Rise of the research manager

So what is a research manager? “There’s no single definition,” says Jan Andersen, Senior Executive Officer, and research manager at the Technical University, Kongens Lyngby in Denmark. “In general, it’s the person mitigating the internal rules of the organisation or the rules of the funder and the researcher.” Research managers operate as a support service to research teams, he explains, helping researchers both to pull in funding and to fulfill their administrative obligations to those funders.

In today’s value for money society, funders are increasingly asking that research spending is justified. This generates additional reporting requirements, according to John Donovan, chair of the EARMA European Association of Research Managers and Administrators (EARMA) and research manager at Dublin Institute of Technology (DIT), Ireland. “Principal investigators don’t like administration so they appreciate us taking the pain out of it”, says Donovan, “The objective is to make research a nice smooth experience.”

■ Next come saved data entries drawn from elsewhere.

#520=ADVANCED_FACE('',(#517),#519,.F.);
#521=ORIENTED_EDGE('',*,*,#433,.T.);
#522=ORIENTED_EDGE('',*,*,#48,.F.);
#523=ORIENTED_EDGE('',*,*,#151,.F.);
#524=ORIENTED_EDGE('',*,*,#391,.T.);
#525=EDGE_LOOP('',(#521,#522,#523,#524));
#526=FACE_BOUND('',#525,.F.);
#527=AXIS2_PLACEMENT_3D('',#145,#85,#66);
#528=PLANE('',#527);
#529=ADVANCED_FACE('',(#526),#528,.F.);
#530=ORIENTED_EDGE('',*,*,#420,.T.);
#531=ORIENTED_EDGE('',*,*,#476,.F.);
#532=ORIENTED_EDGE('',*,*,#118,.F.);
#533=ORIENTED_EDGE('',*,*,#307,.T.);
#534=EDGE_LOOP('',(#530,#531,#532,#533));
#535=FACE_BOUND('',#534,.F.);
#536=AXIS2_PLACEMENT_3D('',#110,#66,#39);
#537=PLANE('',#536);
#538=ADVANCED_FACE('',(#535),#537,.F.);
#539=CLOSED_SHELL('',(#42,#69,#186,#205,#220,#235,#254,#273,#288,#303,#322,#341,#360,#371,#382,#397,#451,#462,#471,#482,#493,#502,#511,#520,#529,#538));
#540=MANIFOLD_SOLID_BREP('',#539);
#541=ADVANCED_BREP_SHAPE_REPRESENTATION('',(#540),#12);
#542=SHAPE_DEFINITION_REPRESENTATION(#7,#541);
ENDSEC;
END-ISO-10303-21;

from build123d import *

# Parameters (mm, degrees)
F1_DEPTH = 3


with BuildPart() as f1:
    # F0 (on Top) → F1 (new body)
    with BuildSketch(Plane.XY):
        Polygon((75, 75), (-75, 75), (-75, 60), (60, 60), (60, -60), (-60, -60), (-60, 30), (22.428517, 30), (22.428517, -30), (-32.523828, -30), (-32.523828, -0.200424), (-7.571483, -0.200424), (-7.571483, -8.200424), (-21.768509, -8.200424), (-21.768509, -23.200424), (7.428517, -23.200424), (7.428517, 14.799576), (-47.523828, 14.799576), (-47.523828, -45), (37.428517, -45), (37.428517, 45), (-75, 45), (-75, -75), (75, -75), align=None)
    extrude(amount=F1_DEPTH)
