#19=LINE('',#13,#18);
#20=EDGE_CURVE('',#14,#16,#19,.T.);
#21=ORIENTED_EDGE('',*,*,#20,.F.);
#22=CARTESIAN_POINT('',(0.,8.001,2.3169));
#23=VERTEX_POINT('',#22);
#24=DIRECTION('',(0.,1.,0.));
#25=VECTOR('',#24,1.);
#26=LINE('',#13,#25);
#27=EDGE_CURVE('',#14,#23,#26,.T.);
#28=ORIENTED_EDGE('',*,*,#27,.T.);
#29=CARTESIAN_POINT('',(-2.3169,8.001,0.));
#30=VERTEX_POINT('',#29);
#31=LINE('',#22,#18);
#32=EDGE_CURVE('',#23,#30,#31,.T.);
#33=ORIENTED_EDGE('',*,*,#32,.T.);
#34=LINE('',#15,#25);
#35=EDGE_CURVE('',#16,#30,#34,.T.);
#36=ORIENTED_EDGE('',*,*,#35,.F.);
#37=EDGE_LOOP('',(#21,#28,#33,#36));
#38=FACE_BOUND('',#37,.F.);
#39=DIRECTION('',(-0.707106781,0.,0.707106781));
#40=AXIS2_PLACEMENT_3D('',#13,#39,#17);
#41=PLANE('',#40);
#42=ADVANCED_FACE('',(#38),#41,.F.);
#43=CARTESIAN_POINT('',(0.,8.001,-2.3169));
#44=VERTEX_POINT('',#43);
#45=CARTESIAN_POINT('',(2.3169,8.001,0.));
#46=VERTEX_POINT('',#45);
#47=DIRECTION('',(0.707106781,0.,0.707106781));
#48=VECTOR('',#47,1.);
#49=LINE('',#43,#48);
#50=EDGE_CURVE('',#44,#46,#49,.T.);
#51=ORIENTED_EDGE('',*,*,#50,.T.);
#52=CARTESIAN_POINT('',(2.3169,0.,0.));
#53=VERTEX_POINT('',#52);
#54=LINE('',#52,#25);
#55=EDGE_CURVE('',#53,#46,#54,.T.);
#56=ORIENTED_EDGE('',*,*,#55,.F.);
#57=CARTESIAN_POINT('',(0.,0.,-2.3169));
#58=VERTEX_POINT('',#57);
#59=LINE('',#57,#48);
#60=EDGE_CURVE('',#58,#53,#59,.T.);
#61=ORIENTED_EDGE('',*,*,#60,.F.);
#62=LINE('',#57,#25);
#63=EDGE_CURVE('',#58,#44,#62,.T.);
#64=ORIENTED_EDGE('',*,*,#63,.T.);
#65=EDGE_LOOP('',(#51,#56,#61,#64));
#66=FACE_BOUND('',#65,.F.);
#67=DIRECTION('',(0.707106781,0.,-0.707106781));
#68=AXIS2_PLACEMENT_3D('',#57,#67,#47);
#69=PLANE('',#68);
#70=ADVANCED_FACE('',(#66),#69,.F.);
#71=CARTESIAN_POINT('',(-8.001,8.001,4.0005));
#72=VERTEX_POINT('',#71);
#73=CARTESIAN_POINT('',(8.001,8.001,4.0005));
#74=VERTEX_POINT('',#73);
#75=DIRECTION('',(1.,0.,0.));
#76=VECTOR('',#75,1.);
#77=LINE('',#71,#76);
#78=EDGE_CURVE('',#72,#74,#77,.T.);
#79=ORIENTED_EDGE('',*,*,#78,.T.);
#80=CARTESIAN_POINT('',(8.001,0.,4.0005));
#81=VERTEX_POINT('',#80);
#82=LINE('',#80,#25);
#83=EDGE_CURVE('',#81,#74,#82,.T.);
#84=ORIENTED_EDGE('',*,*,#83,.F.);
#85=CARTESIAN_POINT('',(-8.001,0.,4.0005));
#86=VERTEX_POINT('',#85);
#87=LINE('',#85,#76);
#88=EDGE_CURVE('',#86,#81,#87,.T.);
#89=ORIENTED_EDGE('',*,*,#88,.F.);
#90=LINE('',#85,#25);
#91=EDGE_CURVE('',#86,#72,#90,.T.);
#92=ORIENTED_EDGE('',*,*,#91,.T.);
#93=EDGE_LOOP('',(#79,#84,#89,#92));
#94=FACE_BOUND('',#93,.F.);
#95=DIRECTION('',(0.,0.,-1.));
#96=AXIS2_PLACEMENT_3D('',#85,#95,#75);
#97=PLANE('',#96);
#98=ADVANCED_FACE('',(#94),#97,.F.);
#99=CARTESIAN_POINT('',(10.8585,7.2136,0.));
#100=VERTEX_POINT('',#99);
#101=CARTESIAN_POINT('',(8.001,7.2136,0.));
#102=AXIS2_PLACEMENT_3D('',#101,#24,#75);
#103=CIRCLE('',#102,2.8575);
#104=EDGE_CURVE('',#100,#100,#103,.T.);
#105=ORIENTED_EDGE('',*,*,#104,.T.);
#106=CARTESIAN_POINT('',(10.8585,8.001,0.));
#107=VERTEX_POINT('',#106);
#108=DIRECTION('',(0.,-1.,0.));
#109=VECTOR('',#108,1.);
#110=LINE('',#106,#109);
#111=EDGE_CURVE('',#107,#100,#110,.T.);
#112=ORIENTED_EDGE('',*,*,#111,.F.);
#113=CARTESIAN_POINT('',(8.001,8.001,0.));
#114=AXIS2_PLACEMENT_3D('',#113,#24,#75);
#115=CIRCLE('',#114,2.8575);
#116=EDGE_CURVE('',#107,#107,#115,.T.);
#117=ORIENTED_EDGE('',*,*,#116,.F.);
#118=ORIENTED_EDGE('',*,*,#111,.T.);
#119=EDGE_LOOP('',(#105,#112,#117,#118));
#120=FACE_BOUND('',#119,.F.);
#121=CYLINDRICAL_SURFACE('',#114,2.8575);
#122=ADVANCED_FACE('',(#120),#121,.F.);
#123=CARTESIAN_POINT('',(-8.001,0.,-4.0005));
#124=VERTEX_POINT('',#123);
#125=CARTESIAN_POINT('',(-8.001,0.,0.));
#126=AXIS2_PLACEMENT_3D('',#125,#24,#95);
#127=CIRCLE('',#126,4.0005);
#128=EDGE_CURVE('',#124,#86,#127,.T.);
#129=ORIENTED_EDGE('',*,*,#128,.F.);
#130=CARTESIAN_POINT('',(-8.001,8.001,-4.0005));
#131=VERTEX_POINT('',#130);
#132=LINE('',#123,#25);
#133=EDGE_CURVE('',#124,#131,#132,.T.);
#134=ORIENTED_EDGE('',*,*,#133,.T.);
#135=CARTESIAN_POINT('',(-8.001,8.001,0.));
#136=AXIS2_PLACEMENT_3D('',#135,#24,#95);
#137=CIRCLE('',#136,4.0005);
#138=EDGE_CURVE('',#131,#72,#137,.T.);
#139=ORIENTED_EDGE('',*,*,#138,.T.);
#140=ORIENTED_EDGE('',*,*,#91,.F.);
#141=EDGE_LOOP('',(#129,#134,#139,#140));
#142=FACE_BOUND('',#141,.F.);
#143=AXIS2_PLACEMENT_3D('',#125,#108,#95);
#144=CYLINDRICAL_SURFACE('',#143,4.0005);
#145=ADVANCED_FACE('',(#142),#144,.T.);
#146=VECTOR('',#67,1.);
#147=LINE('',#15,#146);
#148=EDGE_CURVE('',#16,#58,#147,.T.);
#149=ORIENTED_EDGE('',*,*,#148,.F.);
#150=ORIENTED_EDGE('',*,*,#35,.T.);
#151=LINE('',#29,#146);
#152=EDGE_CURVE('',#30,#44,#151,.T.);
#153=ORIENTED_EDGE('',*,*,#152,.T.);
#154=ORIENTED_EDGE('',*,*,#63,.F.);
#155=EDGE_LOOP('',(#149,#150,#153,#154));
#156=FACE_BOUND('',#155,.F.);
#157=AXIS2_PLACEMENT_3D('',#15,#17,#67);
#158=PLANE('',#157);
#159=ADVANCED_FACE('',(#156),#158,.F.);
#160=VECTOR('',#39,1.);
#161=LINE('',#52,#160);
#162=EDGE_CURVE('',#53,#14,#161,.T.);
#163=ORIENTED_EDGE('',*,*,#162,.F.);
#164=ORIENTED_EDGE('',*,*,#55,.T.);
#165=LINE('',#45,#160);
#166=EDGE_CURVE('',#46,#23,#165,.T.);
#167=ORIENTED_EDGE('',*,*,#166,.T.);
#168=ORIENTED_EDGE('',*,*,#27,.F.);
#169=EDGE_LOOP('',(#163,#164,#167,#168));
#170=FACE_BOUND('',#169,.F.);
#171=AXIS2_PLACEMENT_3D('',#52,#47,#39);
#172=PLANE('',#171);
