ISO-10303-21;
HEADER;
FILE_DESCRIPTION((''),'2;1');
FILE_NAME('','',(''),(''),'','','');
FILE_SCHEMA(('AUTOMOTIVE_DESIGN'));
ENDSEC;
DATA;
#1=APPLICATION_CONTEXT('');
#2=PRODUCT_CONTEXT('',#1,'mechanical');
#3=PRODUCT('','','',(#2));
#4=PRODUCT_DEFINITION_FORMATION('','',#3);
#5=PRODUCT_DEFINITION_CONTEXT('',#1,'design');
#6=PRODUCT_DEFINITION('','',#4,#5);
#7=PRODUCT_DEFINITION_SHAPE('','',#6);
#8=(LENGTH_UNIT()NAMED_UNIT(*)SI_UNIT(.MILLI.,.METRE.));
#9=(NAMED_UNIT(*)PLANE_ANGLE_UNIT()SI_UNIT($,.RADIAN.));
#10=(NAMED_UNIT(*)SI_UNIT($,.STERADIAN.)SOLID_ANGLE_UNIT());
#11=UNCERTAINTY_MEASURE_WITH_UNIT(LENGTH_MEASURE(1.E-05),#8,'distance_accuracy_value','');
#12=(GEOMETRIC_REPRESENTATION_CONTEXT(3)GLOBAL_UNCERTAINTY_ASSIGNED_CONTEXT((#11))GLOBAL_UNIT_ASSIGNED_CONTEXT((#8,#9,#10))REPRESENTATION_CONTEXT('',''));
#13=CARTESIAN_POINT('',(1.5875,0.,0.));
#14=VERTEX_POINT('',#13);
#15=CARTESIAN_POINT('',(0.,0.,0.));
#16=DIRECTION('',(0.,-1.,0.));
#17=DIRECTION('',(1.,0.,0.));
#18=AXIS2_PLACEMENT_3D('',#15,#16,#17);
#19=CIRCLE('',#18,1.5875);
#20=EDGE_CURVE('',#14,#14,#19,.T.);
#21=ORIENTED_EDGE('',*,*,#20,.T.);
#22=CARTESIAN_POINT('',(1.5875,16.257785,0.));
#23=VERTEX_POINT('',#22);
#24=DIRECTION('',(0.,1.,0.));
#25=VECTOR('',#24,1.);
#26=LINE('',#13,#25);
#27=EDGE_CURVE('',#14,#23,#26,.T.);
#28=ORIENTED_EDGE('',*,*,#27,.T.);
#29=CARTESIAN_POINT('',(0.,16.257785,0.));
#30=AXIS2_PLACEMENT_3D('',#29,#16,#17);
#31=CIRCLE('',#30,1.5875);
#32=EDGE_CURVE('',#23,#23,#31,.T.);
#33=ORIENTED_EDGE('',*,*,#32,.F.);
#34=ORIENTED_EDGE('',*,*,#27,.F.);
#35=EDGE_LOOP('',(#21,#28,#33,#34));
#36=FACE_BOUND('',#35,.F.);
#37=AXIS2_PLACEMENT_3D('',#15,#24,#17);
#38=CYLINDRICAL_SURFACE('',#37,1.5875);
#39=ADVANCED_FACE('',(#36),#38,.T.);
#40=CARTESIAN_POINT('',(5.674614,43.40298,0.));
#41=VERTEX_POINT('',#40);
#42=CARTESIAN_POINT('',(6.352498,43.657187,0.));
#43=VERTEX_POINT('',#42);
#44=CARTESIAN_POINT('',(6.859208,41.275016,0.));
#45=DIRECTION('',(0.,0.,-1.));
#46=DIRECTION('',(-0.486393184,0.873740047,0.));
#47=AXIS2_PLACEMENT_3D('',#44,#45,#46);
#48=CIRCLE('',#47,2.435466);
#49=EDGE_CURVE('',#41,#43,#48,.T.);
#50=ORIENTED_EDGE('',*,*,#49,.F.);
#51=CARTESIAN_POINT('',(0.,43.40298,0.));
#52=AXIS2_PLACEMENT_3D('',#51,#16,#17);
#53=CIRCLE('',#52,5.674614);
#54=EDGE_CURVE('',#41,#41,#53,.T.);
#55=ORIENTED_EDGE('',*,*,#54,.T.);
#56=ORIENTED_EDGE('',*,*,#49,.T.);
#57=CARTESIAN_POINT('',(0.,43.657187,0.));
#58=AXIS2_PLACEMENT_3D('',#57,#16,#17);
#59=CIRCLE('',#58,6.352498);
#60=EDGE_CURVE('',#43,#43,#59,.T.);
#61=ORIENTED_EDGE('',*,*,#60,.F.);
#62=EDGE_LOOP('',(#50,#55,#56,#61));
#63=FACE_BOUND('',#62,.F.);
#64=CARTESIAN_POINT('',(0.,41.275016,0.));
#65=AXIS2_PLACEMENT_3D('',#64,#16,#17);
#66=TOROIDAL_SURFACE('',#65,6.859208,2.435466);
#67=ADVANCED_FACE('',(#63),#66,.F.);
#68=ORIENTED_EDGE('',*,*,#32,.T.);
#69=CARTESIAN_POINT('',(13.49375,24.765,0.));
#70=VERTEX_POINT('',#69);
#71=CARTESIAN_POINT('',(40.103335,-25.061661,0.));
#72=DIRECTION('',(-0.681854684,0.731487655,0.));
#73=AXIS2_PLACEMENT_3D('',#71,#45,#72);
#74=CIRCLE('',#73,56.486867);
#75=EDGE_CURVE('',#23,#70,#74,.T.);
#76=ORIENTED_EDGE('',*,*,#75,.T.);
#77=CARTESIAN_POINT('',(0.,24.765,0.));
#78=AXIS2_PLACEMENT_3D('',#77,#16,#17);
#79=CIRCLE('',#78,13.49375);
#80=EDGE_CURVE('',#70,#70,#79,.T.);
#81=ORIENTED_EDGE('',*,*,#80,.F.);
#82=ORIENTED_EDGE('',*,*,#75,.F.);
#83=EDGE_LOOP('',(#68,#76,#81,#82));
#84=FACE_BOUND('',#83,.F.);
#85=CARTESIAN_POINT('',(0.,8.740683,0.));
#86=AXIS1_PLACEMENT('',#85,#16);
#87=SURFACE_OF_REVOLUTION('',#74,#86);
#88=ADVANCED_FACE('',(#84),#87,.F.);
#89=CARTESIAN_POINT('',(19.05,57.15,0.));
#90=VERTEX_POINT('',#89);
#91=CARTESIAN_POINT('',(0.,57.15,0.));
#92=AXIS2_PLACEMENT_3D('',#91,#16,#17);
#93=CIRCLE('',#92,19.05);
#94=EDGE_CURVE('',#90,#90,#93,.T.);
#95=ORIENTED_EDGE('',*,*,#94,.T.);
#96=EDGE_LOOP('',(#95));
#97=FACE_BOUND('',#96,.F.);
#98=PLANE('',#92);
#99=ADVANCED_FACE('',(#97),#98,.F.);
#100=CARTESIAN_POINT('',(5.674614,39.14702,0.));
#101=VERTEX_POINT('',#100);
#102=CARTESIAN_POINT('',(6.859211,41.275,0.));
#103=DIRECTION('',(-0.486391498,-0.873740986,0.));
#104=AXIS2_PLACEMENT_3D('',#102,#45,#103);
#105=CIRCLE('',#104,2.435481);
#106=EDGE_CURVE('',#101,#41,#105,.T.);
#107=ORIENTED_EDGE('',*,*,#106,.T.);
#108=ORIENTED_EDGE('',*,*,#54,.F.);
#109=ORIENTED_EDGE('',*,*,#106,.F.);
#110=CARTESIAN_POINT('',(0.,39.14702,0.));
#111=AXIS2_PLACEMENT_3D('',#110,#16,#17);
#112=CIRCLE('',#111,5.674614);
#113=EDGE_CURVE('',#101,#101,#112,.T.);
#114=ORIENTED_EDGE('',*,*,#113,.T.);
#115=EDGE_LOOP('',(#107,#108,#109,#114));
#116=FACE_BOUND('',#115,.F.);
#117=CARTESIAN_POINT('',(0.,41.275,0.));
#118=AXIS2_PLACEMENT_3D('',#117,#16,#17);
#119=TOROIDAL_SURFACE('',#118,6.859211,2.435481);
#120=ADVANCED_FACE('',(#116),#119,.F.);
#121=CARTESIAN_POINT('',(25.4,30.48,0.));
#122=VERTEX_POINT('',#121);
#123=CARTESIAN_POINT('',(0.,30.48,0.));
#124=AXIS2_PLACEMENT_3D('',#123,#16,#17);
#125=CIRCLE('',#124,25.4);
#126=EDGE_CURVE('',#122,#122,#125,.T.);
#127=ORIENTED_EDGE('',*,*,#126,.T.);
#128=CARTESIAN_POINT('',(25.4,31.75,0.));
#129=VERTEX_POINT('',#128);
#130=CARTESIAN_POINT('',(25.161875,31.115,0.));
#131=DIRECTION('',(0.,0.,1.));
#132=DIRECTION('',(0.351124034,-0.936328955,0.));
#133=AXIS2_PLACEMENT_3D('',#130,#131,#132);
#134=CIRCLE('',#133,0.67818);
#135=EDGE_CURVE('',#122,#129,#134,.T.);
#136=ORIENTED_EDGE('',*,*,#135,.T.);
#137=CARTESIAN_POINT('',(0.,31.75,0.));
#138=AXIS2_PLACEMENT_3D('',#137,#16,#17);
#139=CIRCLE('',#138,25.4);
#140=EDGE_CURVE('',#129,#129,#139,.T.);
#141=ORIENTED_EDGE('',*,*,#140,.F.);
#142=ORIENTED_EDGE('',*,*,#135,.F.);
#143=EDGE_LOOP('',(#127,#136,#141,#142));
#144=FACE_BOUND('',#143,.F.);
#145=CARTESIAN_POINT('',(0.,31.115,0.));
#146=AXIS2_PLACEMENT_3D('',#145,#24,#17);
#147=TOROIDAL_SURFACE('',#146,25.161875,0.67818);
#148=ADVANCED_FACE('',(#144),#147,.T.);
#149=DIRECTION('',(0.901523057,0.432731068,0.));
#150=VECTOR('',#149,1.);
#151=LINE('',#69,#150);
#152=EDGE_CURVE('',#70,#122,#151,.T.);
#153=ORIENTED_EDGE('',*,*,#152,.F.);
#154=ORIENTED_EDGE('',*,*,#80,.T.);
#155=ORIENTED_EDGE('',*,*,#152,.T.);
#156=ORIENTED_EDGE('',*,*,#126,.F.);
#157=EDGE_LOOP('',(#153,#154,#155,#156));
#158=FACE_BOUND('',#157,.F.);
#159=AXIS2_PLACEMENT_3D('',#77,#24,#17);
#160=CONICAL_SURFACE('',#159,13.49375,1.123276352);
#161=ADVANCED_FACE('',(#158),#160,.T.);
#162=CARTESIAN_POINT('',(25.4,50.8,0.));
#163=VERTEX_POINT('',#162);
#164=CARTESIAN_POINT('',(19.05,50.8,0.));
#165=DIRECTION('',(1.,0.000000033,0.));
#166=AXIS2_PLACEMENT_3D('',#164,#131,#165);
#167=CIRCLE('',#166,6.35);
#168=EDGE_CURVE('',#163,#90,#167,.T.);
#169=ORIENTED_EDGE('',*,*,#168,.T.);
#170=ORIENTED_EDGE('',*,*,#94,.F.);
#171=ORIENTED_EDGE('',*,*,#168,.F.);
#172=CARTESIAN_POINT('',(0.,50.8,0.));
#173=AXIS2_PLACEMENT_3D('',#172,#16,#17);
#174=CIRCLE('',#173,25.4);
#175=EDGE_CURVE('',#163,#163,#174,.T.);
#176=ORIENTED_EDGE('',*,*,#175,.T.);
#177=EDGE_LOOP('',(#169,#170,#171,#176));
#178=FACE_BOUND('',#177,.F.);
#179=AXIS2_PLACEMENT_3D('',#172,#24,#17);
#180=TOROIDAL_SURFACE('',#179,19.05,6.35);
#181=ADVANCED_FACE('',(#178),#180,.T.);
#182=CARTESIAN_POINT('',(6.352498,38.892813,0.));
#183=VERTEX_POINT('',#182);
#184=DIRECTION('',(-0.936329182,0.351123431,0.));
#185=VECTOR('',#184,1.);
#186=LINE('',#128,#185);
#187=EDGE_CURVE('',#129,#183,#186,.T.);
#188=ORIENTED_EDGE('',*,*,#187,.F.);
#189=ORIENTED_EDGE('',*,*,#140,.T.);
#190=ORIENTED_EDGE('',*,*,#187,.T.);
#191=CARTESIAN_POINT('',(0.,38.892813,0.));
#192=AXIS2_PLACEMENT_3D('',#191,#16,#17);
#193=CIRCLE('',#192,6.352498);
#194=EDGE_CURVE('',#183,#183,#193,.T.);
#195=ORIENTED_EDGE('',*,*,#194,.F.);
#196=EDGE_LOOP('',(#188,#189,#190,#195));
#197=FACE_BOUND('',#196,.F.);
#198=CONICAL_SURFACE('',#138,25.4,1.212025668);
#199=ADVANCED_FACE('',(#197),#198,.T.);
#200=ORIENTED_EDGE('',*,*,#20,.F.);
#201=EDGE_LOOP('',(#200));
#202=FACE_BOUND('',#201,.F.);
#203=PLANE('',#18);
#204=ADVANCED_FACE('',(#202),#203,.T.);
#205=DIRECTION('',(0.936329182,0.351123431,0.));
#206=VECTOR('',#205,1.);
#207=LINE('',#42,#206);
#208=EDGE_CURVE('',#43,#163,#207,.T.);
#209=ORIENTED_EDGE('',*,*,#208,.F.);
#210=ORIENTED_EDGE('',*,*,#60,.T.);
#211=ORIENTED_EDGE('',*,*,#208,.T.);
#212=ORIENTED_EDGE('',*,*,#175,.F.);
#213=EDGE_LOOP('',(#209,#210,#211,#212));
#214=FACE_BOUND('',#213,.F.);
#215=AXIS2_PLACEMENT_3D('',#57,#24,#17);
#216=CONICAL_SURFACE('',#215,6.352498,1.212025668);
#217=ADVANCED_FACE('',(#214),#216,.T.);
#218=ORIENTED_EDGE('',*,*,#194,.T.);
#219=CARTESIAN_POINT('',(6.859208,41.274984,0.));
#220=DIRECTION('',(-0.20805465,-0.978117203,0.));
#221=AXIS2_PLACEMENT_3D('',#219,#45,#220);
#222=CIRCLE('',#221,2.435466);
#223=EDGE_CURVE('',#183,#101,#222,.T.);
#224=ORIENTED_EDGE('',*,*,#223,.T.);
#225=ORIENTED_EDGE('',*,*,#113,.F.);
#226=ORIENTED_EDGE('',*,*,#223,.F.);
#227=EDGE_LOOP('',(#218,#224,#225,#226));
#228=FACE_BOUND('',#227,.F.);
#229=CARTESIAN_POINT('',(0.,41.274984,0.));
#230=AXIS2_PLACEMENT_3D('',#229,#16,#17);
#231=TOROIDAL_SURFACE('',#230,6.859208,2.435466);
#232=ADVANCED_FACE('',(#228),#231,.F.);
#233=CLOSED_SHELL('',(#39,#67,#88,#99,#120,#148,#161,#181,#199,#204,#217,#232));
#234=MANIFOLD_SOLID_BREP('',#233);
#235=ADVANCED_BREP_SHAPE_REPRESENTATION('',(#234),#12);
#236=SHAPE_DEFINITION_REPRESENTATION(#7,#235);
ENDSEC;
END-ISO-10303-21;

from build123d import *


with BuildPart() as f1:
    # F0 (on Top) → F1 (revolve)
    with BuildSketch(Plane.XY):
        with BuildLine():
            Line((0, 19.05), (0, 0))
            Line((0, 0), (1.5875, 0))
            Line((1.5875, 0), (1.5875, 16.257785))
            ThreePointArc((1.5875, 16.257785), (7.26398, 20.898571), (13.49375, 24.765))
            Line((13.49375, 24.765), (25.4, 30.48))
            ThreePointArc((25.4, 30.48), (25.840055, 31.115), (25.4, 31.75))
            Line((25.4, 31.75), (6.352498, 38.892813))
            ThreePointArc((6.352498, 38.892813), (6.004057, 38.994587), (5.674614, 39.14702))
            ThreePointArc((5.674614, 39.14702), (4.42373, 41.275), (5.674614, 43.40298))
            ThreePointArc((5.674614, 43.40298), (6.004057, 43.555413), (6.352498, 43.657187))
            Line((6.352498, 43.657187), (25.4, 50.8))
            ThreePointArc((25.4, 50.8), (23.540128, 55.290128), (19.05, 57.15))
            Line((19.05, 57.15), (0, 57.15))
            Line((0, 57.15), (0, 50.8))
            Line((0, 50.8), (0, 37.471939))
            Line((0, 37.471939), (0, 31.75))
            Line((0, 31.75), (0, 19.05))
        make_face()
    revolve(axis=Axis((0, 8.740683, 0), (0, -1, 0)))


solid = f1.part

Andersen agrees that researchers appreciate the help. “If we do a good job, they are happy to have us,” he says, “On a generic level, they think that all administration is a burden. But in reality when we help them write a successful application, they can see how we take the burden off researchers’ shoulders.”

Experience matters

Clearly research managers can be well appreciated by researchers. So why did the researchers at INRA react so strongly to the appointment of a manager as their president? A major problem is Mauguin’s lack of research experience, explains Patrick Lemaire, principal investigator in developmental biology at the CNRS, Montpellier, and spokesperson for the lobby group Sciences en Marche. “Mauguin has been in ministerial cabinets his whole life,” says Lemaire, “He has no connection with the scientific community.”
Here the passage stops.